What he does do well is to provide descriptions of the communities themselves and of the recurring tale of their short lives, their often eccentric founders and something of the inbuilt tensions implicit in the mode of establishing and running many of them. He populates the map of nineteenth-century England with a surprising number of such initiatives; in addition to the better known like Harmony Hall and the Purleigh Colony, he fills in many details of diverse communities such as O’Connorville, Concordium, The Agapemone, Hodsonian Community, Great Dodford, Clousden Hill and the few urban-based communities such as the Brotherhood Workshop in Leeds. The sites of many of these will no doubt now feature on field trips by geographers and social his- torians and Hardy’s accounts will provide invaluable detail to flesh out the little evidence which remains on the ground. None can be thought of as typical, but the roots of the diversity stem from distinct movements such as Chartism, the Owenites or, most drama- tically, religious sects. Hardy groups his twenty-eight examples into those prompted by utopian socialism, by agrarian socialism, by sectarianism and by the anarchists. In many, the short-term strengths proved long-term weaknesses since, for example, the charisma of a founder could provide a strong initial impetus but lead to unacceptably autocratic rule and the need for financial underpinning could sustain a community only at the cost of compromising its relationship with the wider containing society. The communi- tarians suffered the penalties of such internal contradictions, and the contemporary thrust of effective political challenge lay elsewhere, in Chartism, in the growth of unionism and in mass political activity. Yet the communities offered a variety of tangible innovations: in education where, for example, Concordium was based on a Pestalozzi school, in farming methods or in technical innovations such as Harmony Hall’s advanced heating and ventilation system and its railway carrying dishes to and from the kitchens.

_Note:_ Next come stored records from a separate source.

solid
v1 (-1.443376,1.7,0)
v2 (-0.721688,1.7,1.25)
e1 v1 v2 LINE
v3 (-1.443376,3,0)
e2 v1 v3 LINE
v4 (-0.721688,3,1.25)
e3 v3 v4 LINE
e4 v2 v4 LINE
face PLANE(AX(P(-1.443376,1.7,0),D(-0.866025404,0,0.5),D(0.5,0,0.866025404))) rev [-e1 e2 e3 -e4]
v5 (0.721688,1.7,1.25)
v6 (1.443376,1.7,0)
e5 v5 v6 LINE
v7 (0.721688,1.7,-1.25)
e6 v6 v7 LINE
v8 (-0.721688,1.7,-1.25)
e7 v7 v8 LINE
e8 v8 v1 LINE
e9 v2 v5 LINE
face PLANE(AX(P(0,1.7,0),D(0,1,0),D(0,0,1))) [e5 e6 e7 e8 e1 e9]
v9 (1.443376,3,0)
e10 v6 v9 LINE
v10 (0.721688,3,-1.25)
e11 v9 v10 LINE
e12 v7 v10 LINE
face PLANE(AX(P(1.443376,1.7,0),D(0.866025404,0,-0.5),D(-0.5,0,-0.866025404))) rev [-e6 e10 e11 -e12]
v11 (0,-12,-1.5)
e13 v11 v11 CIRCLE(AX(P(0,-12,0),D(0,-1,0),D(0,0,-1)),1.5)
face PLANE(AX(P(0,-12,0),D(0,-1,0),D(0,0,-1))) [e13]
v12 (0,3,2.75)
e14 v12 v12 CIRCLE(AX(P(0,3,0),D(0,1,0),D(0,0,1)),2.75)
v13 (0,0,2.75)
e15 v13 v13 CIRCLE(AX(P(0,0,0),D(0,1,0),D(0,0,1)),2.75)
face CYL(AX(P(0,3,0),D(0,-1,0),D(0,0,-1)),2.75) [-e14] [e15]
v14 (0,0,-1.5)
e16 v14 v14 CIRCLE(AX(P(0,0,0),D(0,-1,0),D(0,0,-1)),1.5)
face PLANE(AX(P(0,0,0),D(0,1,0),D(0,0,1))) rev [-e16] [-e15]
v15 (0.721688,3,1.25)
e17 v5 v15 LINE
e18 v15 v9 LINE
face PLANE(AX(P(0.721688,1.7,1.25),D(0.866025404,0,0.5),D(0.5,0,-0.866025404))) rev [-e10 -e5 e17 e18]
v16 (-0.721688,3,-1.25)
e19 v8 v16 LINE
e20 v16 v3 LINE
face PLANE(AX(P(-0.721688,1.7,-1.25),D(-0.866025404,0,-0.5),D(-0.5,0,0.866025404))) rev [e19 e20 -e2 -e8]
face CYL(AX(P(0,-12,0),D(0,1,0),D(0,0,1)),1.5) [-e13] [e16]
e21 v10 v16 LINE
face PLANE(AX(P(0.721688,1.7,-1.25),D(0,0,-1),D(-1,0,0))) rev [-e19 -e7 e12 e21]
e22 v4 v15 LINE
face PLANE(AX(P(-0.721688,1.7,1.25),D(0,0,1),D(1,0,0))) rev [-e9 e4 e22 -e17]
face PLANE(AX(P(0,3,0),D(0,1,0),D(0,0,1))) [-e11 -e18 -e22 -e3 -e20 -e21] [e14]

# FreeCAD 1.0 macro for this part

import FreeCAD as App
import Part
import Sketcher

V = App.Vector
Q = App.Units.Quantity

doc = App.newDocument("Part")
body = doc.addObject("PartDesign::Body", "Body")

sketch1 = doc.addObject("Sketcher::SketchObject", "Sketch")
body.addObject(sketch1)
sketch1.AttachmentSupport = (doc.XZ_Plane, [""])
sketch1.MapMode = "FlatFace"
sketch1.addGeometry(Part.Circle(V(0, 0, 0), V(0, 0, 1), 2.75), False)
sketch1.addConstraint([
    Sketcher.Constraint("Coincident", 0, 3, -1, 1),
    Sketcher.Constraint("Diameter", 0, 5.5),
])
pad1 = doc.addObject("PartDesign::Pad", "Pad")
body.addObject(pad1)
pad1.Profile = sketch1
pad1.Length = 3
pad1.Reversed = True

sketch2 = doc.addObject("Sketcher::SketchObject", "Sketch001")
body.addObject(sketch2)
sketch2.AttachmentSupport = (doc.XZ_Plane, [""])
sketch2.MapMode = "FlatFace"
sketch2.AttachmentOffset = App.Placement(V(0, 0, -3), App.Rotation())
sketch2.addGeometry([
    Part.LineSegment(V(1.443376, 0, 0), V(0.721688, -1.25, 0)),
    Part.LineSegment(V(0.721688, -1.25, 0), V(-0.721688, -1.25, 0)),
    Part.LineSegment(V(-0.721688, -1.25, 0), V(-1.443376, 0, 0)),
    Part.LineSegment(V(-1.443376, 0, 0), V(-0.721688, 1.25, 0)),
    Part.LineSegment(V(-0.721688, 1.25, 0), V(0.721688, 1.25, 0)),
    Part.LineSegment(V(0.721688, 1.25, 0), V(1.443376, 0, 0)),
], False)
sketch2.addConstraint([
    Sketcher.Constraint("Coincident", 0, 2, 1, 1),
    Sketcher.Constraint("Coincident", 1, 2, 2, 1),
    Sketcher.Constraint("Coincident", 2, 2, 3, 1),
    Sketcher.Constraint("Coincident", 3, 2, 4, 1),
    Sketcher.Constraint("Coincident", 4, 2, 5, 1),
    Sketcher.Constraint("Coincident", 5, 2, 0, 1),
    Sketcher.Constraint("Horizontal", 1),
    Sketcher.Constraint("Horizontal", 4),
    Sketcher.Constraint("Symmetric", 0, 2, 3, 2, -1, 1),
    Sketcher.Constraint("Symmetric", 2, 2, 5, 2, -1, 1),
    Sketcher.Constraint("PointOnObject", 2, 2, -1),
    Sketcher.Constraint("Parallel", 2, 5),
    Sketcher.Constraint("Vertical", 1, 2, 3, 2),
    Sketcher.Constraint("Angle", 0, Q("-120 deg")),
    Sketcher.Constraint("DistanceY", 1, 2, 3, 2, 2.5),
    Sketcher.Constraint("DistanceX", 1, 2, 1, 1, 1.443376),
])
pocket1 = doc.addObject("PartDesign::Pocket", "Pocket")
body.addObject(pocket1)
pocket1.Profile = sketch2
pocket1.Length = 1.3
pocket1.Reversed = True

sketch3 = doc.addObject("Sketcher::SketchObject", "Sketch002")
body.addObject(sketch3)
sketch3.AttachmentSupport = (doc.XZ_Plane, [""])
sketch3.MapMode = "FlatFace"
sketch3.addGeometry(Part.Circle(V(0, 0, 0), V(0, 0, 1), 1.5), False)
sketch3.addConstraint([
    Sketcher.Constraint("Coincident", 0, 3, -1, 1),
    Sketcher.Constraint("Diameter", 0, 3.0),
])
pad2 = doc.addObject("PartDesign::Pad", "Pad001")
body.addObject(pad2)
pad2.Profile = sketch3
pad2.Length = 12

doc.recompute()
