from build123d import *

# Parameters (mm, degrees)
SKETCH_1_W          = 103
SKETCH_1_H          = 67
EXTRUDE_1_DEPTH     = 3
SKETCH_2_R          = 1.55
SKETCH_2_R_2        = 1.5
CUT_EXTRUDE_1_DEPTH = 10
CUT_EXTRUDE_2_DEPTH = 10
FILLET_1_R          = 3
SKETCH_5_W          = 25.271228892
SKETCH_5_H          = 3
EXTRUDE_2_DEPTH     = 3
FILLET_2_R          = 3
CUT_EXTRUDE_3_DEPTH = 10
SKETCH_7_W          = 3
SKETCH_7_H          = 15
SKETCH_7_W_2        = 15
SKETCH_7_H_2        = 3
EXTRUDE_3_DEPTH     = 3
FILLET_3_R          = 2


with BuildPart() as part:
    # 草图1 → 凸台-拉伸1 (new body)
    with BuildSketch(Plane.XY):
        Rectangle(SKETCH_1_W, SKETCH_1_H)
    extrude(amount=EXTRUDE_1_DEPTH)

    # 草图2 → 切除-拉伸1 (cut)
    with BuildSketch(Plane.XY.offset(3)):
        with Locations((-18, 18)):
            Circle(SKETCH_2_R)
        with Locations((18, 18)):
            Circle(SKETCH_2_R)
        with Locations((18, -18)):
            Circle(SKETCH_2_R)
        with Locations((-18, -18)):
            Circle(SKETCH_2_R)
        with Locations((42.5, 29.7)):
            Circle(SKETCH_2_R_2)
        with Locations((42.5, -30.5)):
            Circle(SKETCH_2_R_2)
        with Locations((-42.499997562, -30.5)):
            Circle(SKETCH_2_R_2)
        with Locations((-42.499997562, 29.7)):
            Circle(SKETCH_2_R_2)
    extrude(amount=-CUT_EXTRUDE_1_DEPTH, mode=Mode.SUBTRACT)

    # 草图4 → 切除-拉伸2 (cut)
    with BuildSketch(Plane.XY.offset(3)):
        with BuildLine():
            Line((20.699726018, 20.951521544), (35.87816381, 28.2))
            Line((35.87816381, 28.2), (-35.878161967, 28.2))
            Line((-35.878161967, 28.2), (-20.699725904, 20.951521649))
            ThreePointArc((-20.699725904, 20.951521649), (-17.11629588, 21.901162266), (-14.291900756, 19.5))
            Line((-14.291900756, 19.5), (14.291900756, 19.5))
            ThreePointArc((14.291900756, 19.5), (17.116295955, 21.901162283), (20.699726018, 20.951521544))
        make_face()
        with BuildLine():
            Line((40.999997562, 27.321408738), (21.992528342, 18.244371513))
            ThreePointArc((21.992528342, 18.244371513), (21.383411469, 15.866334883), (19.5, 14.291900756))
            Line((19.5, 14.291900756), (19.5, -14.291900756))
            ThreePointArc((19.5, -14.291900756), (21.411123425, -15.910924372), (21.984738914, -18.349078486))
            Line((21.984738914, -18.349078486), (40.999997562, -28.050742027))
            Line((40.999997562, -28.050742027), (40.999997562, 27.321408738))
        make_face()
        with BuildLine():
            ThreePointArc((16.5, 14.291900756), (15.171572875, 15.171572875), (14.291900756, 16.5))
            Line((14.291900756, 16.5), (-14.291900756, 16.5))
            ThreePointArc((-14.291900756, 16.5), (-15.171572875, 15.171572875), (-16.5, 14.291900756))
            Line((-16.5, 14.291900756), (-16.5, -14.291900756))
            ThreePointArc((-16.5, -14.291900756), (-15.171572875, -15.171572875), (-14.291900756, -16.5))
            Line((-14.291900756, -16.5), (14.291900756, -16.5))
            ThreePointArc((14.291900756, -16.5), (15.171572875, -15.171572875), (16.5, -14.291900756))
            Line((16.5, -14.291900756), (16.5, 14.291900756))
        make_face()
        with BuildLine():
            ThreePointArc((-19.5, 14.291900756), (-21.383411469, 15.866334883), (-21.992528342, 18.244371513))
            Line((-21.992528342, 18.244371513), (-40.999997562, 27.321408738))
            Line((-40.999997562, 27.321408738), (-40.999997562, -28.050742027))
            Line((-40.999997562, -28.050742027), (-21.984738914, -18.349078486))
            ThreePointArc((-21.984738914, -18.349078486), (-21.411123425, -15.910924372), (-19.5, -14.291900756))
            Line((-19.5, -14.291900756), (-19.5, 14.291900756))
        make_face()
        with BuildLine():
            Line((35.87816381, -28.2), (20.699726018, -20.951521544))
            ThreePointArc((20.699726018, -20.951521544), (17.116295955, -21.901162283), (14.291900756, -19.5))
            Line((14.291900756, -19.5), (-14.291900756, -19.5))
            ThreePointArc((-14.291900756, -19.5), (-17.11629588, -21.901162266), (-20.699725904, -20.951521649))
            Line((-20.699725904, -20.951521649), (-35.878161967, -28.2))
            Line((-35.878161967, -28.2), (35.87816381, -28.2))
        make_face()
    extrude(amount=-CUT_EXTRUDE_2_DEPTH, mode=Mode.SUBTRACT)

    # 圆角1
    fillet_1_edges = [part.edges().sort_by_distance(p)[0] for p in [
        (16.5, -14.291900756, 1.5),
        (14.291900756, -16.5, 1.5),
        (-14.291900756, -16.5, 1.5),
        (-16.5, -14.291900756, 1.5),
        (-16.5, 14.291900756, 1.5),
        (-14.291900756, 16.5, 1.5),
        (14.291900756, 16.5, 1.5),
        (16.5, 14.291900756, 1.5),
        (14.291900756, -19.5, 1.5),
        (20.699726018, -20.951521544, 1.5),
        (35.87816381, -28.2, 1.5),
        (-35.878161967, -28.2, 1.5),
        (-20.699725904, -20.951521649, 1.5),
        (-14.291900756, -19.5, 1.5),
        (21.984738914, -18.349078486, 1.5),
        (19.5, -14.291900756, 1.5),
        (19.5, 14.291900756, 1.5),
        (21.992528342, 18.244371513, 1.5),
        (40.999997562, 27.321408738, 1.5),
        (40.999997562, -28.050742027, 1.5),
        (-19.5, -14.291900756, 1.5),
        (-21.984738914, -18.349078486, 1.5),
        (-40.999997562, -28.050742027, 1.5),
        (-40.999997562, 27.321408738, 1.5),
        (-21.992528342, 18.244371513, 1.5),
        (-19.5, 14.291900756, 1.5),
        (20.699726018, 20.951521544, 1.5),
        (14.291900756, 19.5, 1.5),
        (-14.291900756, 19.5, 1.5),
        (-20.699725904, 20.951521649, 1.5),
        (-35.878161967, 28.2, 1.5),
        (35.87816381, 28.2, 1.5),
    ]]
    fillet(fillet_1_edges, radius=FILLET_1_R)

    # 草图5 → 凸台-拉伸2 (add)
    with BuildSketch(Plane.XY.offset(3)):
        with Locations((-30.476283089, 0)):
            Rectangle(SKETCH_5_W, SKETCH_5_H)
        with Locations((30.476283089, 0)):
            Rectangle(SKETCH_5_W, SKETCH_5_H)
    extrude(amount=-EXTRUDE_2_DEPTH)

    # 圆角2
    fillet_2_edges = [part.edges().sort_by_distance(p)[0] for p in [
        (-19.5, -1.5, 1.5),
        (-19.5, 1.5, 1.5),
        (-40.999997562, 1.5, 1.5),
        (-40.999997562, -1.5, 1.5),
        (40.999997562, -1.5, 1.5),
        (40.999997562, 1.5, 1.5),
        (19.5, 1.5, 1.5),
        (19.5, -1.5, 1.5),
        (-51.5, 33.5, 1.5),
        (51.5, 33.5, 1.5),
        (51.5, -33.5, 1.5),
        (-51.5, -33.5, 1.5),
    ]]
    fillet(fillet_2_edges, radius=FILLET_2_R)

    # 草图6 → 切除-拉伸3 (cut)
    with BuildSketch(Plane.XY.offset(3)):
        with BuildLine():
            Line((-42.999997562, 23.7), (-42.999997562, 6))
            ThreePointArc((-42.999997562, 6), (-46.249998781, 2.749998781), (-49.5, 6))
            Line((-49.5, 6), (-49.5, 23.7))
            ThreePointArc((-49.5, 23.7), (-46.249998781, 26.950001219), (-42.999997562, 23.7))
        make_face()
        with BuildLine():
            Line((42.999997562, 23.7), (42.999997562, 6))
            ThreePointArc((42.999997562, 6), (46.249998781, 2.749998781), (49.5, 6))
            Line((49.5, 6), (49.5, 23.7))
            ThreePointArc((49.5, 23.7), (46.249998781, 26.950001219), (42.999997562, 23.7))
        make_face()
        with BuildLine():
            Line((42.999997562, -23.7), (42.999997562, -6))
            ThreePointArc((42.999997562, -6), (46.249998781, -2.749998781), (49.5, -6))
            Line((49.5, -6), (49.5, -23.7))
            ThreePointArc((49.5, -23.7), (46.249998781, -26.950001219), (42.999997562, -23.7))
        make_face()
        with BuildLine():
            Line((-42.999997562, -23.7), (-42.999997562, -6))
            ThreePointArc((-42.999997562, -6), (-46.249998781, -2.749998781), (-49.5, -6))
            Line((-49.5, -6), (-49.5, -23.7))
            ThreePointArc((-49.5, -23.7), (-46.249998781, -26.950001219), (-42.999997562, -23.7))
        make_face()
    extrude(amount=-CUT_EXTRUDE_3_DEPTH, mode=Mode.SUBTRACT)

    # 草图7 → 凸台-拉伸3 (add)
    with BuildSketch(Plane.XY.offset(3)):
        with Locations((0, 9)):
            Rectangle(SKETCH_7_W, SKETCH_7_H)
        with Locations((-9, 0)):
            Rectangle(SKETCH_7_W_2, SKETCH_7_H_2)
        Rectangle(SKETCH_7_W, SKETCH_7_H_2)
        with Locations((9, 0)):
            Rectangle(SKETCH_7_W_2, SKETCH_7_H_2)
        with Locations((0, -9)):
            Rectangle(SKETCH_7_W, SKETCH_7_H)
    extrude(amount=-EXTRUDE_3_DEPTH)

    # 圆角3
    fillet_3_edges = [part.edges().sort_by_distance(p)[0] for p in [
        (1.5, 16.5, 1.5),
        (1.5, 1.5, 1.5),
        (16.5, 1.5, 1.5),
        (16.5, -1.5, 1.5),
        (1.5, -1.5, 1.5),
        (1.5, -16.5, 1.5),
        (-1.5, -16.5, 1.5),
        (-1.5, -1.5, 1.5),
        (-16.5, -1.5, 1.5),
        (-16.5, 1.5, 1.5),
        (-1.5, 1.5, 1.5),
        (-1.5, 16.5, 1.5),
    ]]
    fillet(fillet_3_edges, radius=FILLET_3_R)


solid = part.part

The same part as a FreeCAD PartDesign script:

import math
import FreeCAD as App
import Part
import Sketcher
from FreeCAD import Vector
Q = App.Units.Quantity


def edges_at(feature, points):
    """Names of the edges that pass closest to the given points."""
    edges = feature.Shape.Edges
    near = lambda p: min(range(len(edges)), key=lambda i: edges[i].distToShape(Part.Vertex(*p))[0])
    return sorted({f"Edge{near(p) + 1}" for p in points})


def add_polygon(sketch, points):
    """Adds a closed chain of lines whose ends are joined by coincident constraints."""
    first, n = sketch.GeometryCount, len(points)
    for a, b in zip(points, points[1:] + points[:1]):
        sketch.addGeometry(Part.LineSegment(App.Vector(*a, 0), App.Vector(*b, 0)), False)
    for i in range(n):
        sketch.addConstraint(Sketcher.Constraint("Coincident", first + i, 2, first + (i + 1) % n, 1))

doc = App.newDocument("Part")
body = doc.addObject("PartDesign::Body", "Body")

sketch1 = body.newObject("Sketcher::SketchObject", "Sketch")
sketch1.AttachmentSupport = (doc.getObject("XY_Plane"), [""])
sketch1.MapMode = "FlatFace"
add_polygon(sketch1, [(-52, 34), (-52, -34), (52, -34), (52, 34)])
sketch1.addConstraint([
    Sketcher.Constraint("Vertical", 0),
    Sketcher.Constraint("Horizontal", 1),
    Sketcher.Constraint("Vertical", 2),
    Sketcher.Constraint("Horizontal", 3),
    Sketcher.Constraint("Symmetric", 0, 2, 2, 2, -1, 1),
    Sketcher.Constraint("DistanceX", 1, 1, 1, 2, Q("103 mm")),
    Sketcher.Constraint("DistanceY", 0, 2, 0, 1, Q("67 mm")),
])
pad1 = body.newObject("PartDesign::Pad", "Pad")
pad1.Profile = sketch1
pad1.Length = 3

sketch2 = body.newObject("Sketcher::SketchObject", "Sketch001")
sketch2.AttachmentSupport = (doc.getObject("XY_Plane"), [""])
sketch2.MapMode = "FlatFace"
sketch2.AttachmentOffset = App.Placement(Vector(0, 0, 3), App.Rotation())
sketch2.addGeometry([
    Part.Circle(Vector(-18, 18, 0), Vector(0, 0, 1), 1.6),
    Part.Circle(Vector(18, 18, 0), Vector(0, 0, 1), 1.6),
    Part.Circle(Vector(18, -18, 0), Vector(0, 0, 1), 1.6),
    Part.Circle(Vector(-18, -18, 0), Vector(0, 0, 1), 1.6),
    Part.Circle(Vector(42.5, 29.7, 0), Vector(0, 0, 1), 1.5),
    Part.Circle(Vector(42.5, -30.5, 0), Vector(0, 0, 1), 1.5),
    Part.Circle(Vector(-42.5, -30.5, 0), Vector(0, 0, 1), 1.5),
    Part.Circle(Vector(-42.5, 29.7, 0), Vector(0, 0, 1), 1.5),
], False)
sketch2.addConstraint([
    Sketcher.Constraint("Equal", 0, 1),
    Sketcher.Constraint("Equal", 1, 2),
    Sketcher.Constraint("Equal", 2, 3),
    Sketcher.Constraint("Equal", 4, 5),
    Sketcher.Constraint("Equal", 5, 6),
    Sketcher.Constraint("Equal", 6, 7),
    Sketcher.Constraint("Symmetric", 0, 3, 2, 3, -1, 1),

Hardy’s clear and lively writing brings to life many of his thumb-nail sketches of a wide range of alternative communities. Read in conjunction with fuller accounts of the political and ideological background of the movements which gave birth to communities, his book adds a fascinating chapter on the unfolding of political action in industrial society.

Manchester University B. T. ROBSON

LYNN HOLLEN LEES, Exiles of Erin: Irish Migrants in Victorian London (Manchester: Manchester University Press, 1979. Pp. 276. El 1.50)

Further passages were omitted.